[Task instructions]
Set down exactly the lines below, starting at the one that contains "f 188 181 192" and ending at the one that contains "f 216 217 218", with both of those lines included and nothing else.

[Records drawn from a dataset]
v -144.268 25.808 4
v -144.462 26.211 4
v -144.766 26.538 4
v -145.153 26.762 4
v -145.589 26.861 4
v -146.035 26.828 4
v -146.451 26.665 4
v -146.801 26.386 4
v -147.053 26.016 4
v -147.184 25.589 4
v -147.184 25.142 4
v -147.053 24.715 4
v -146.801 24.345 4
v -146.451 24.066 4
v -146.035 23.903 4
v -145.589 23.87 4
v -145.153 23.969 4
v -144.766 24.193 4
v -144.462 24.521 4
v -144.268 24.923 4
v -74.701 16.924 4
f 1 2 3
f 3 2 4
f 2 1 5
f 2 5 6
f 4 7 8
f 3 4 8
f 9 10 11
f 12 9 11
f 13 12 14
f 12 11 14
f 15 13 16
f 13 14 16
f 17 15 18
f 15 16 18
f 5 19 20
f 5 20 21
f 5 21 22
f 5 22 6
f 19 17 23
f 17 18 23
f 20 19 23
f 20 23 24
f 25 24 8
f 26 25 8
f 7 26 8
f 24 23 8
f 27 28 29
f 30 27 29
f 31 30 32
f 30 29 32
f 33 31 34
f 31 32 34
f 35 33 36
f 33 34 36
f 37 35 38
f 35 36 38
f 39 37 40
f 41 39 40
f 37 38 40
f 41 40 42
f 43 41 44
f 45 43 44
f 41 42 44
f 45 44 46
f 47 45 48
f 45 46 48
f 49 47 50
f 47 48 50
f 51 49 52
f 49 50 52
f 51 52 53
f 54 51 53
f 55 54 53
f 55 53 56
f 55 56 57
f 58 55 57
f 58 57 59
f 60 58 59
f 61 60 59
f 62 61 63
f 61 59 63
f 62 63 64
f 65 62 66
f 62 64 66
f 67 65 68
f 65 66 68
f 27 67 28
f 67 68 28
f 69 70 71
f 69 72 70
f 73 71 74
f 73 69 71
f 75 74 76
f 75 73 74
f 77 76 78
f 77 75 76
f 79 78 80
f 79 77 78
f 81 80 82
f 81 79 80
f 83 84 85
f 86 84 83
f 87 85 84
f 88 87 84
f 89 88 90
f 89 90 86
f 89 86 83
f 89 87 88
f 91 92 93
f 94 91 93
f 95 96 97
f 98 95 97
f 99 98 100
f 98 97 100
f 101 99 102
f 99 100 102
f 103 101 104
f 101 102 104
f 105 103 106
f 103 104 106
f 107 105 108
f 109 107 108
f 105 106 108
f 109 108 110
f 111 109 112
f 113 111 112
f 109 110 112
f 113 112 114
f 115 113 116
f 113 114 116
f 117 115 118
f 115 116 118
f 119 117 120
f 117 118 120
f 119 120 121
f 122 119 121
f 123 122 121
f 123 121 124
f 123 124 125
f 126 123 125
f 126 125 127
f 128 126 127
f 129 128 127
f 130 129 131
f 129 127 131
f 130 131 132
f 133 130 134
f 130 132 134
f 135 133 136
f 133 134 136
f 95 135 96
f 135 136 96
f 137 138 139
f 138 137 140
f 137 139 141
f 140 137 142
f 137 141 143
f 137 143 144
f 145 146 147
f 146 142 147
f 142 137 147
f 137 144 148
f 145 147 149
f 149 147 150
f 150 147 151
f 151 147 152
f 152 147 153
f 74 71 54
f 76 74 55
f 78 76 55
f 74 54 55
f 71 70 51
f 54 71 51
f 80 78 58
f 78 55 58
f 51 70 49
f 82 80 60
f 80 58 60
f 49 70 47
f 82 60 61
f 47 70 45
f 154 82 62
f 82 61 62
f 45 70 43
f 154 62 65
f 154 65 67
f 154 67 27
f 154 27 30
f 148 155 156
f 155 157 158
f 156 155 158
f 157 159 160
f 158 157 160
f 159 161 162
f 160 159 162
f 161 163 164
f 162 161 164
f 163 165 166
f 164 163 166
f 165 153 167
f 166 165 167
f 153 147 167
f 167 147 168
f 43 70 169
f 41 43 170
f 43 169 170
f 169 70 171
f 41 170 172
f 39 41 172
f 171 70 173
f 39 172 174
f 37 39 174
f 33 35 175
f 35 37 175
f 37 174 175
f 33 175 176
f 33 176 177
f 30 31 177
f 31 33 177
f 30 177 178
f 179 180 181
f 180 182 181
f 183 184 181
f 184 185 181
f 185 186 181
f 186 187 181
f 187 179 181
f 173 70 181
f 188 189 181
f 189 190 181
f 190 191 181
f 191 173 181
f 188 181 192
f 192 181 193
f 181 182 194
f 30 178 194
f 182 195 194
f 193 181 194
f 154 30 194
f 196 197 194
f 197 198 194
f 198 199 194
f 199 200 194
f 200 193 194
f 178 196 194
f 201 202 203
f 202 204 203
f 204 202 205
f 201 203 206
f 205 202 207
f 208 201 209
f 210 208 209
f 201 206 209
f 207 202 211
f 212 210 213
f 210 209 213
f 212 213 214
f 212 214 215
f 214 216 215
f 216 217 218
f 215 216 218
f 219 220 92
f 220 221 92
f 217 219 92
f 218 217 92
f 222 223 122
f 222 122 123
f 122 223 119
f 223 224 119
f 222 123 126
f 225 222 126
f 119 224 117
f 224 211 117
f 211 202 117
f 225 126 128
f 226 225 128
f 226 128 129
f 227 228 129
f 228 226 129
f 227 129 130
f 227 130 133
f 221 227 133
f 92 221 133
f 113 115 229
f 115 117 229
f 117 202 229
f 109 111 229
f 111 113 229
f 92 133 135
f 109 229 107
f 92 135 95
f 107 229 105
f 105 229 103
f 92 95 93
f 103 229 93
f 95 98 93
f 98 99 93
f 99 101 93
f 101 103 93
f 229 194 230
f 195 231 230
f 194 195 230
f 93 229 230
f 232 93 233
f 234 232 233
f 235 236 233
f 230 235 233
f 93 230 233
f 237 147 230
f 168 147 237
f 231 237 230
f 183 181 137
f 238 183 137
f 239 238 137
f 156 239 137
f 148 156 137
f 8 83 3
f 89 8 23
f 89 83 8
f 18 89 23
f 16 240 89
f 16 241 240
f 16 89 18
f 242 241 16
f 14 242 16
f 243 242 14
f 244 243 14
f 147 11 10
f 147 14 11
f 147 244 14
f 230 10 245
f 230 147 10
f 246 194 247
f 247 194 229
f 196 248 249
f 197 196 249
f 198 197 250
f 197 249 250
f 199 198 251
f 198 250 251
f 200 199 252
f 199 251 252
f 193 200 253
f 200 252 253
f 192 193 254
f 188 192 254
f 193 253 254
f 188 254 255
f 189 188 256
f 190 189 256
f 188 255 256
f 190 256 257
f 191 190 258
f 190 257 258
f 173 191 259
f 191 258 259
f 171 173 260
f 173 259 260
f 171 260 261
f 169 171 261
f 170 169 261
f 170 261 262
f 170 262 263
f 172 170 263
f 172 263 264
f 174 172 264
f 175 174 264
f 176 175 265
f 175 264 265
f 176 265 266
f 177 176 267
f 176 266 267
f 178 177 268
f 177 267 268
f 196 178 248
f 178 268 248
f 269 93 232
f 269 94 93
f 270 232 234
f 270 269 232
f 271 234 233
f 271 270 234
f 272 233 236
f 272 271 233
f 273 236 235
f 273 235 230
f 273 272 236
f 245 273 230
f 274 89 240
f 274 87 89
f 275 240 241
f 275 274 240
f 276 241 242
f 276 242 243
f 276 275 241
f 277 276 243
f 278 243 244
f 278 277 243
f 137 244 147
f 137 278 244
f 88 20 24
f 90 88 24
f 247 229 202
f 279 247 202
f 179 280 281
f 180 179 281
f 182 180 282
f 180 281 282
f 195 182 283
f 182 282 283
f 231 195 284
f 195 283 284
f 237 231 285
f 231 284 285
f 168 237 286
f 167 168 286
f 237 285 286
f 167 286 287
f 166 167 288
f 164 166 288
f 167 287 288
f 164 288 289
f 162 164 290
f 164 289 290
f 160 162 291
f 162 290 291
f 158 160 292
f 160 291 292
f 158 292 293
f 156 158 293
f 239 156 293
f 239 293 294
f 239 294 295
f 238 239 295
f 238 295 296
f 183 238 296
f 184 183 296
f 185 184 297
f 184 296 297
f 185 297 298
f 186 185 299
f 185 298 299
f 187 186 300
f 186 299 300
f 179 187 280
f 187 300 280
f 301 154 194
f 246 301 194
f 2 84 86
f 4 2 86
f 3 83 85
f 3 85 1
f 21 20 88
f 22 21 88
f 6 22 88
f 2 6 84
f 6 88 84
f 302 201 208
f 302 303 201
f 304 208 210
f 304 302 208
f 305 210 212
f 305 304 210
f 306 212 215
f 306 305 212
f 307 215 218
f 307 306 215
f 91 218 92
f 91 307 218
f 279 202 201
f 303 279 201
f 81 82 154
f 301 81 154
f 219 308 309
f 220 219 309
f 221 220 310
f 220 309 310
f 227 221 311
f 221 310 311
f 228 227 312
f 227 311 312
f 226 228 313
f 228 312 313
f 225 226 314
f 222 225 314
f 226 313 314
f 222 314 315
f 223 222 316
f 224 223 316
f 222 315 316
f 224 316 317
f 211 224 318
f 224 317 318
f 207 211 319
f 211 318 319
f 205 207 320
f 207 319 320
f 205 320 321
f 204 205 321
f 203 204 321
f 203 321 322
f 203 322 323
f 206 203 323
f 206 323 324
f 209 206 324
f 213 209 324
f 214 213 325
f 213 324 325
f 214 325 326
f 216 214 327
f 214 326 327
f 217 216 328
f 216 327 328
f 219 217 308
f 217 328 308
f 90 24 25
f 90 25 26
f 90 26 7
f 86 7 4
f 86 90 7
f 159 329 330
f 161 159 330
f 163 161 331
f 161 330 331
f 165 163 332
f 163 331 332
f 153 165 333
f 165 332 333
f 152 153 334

[Exercise output]
f 188 181 192
f 192 181 193
f 181 182 194
f 30 178 194
f 182 195 194
f 193 181 194
f 154 30 194
f 196 197 194
f 197 198 194
f 198 199 194
f 199 200 194
f 200 193 194
f 178 196 194
f 201 202 203
f 202 204 203
f 204 202 205
f 201 203 206
f 205 202 207
f 208 201 209
f 210 208 209
f 201 206 209
f 207 202 211
f 212 210 213
f 210 209 213
f 212 213 214
f 212 214 215
f 214 216 215
f 216 217 218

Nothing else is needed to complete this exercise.